[RECORDS TO USE — start]

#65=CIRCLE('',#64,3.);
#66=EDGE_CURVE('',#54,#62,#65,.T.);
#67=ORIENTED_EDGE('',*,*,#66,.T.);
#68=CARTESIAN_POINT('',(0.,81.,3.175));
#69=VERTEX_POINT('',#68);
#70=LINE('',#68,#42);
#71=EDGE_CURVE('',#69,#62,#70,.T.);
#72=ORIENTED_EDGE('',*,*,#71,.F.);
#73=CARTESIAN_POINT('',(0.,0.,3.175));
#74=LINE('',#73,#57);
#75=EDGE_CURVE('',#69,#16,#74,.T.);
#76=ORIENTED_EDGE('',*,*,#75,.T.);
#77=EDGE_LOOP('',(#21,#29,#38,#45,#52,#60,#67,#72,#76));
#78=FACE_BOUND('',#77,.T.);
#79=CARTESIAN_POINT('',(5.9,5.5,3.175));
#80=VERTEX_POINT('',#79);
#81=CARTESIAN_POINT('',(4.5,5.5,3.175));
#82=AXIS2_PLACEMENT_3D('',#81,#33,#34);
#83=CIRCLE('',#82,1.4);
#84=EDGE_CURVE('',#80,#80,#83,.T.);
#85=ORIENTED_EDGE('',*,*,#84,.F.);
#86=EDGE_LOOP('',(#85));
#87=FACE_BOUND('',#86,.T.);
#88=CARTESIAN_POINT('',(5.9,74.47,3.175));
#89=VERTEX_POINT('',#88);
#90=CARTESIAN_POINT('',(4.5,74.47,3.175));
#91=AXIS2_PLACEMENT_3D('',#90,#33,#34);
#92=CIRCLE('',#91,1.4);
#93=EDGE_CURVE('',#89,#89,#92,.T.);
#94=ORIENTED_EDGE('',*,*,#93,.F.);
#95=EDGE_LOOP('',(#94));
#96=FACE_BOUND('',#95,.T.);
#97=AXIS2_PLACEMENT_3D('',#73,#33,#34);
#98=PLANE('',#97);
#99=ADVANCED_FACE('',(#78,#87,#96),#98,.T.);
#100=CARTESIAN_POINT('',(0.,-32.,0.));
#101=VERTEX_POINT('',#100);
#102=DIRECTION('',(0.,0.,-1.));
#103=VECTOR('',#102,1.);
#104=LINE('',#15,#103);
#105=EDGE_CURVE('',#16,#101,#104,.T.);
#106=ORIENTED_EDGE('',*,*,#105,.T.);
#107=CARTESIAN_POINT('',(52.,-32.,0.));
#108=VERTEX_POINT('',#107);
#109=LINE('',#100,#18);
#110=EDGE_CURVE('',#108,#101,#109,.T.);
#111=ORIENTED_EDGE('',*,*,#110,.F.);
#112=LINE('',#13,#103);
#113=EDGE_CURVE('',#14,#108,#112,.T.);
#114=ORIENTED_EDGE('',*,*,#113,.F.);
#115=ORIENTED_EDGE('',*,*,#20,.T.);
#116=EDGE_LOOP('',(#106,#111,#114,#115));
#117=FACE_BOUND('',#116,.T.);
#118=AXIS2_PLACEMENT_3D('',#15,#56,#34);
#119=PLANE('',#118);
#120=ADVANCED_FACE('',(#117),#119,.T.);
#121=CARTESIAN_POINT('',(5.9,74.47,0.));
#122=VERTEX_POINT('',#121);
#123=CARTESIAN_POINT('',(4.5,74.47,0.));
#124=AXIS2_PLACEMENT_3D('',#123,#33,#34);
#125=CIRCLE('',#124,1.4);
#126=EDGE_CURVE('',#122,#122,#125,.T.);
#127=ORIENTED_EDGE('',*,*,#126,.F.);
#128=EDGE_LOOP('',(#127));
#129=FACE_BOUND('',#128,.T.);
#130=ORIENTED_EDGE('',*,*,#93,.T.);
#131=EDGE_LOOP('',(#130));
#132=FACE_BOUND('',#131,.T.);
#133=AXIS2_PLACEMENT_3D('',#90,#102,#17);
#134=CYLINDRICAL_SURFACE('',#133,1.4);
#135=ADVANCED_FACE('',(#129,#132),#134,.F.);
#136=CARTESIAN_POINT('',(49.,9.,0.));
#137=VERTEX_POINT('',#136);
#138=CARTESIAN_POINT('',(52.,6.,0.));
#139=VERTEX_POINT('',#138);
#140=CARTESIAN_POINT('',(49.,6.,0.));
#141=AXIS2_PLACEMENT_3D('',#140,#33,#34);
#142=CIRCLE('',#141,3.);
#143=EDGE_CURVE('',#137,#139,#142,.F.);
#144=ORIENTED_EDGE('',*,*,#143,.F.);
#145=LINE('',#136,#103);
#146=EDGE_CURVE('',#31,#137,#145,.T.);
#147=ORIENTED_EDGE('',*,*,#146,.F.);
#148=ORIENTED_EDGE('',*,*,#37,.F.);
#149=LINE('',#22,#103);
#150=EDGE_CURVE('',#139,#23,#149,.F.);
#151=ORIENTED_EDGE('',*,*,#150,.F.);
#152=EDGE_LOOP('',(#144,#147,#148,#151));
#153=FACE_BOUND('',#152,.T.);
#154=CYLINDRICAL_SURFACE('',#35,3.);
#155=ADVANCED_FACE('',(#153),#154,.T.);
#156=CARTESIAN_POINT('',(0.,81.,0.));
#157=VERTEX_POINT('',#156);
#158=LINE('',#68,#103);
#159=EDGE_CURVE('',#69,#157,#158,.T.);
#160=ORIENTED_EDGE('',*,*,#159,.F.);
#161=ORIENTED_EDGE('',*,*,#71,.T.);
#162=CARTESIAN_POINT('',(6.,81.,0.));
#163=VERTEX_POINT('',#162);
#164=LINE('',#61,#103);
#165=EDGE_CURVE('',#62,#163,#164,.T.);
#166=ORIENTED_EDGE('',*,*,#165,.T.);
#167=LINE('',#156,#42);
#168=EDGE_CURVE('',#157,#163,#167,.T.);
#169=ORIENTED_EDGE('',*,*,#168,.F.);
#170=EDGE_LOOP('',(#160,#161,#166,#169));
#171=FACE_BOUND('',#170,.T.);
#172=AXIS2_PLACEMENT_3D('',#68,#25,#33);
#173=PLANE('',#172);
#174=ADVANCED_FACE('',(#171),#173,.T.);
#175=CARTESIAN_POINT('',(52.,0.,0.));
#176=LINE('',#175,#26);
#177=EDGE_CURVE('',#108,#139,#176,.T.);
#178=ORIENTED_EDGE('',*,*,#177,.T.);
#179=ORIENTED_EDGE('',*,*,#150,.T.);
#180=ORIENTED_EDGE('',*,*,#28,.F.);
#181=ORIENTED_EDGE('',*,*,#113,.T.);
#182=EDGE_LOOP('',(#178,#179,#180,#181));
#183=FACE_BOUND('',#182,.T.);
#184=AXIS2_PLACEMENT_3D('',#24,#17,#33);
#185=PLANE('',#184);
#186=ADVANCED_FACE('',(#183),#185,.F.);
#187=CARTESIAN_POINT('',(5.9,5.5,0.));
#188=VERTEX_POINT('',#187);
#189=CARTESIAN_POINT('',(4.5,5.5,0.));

[RECORDS TO USE — finish]

Above this task is a listing. Restate, word for word and with nothing added, the lines from the one with "#128=EDGE_LOOP('',(#127));" through the one with "#148=ORIENTED_EDGE('',*,*,#37,.F.);".

» THE COMPLETED TASK
#128=EDGE_LOOP('',(#127));
#129=FACE_BOUND('',#128,.T.);
#130=ORIENTED_EDGE('',*,*,#93,.T.);
#131=EDGE_LOOP('',(#130));
#132=FACE_BOUND('',#131,.T.);
#133=AXIS2_PLACEMENT_3D('',#90,#102,#17);
#134=CYLINDRICAL_SURFACE('',#133,1.4);
#135=ADVANCED_FACE('',(#129,#132),#134,.F.);
#136=CARTESIAN_POINT('',(49.,9.,0.));
#137=VERTEX_POINT('',#136);
#138=CARTESIAN_POINT('',(52.,6.,0.));
#139=VERTEX_POINT('',#138);
#140=CARTESIAN_POINT('',(49.,6.,0.));
#141=AXIS2_PLACEMENT_3D('',#140,#33,#34);
#142=CIRCLE('',#141,3.);
#143=EDGE_CURVE('',#137,#139,#142,.F.);
#144=ORIENTED_EDGE('',*,*,#143,.F.);
#145=LINE('',#136,#103);
#146=EDGE_CURVE('',#31,#137,#145,.T.);
#147=ORIENTED_EDGE('',*,*,#146,.F.);
#148=ORIENTED_EDGE('',*,*,#37,.F.);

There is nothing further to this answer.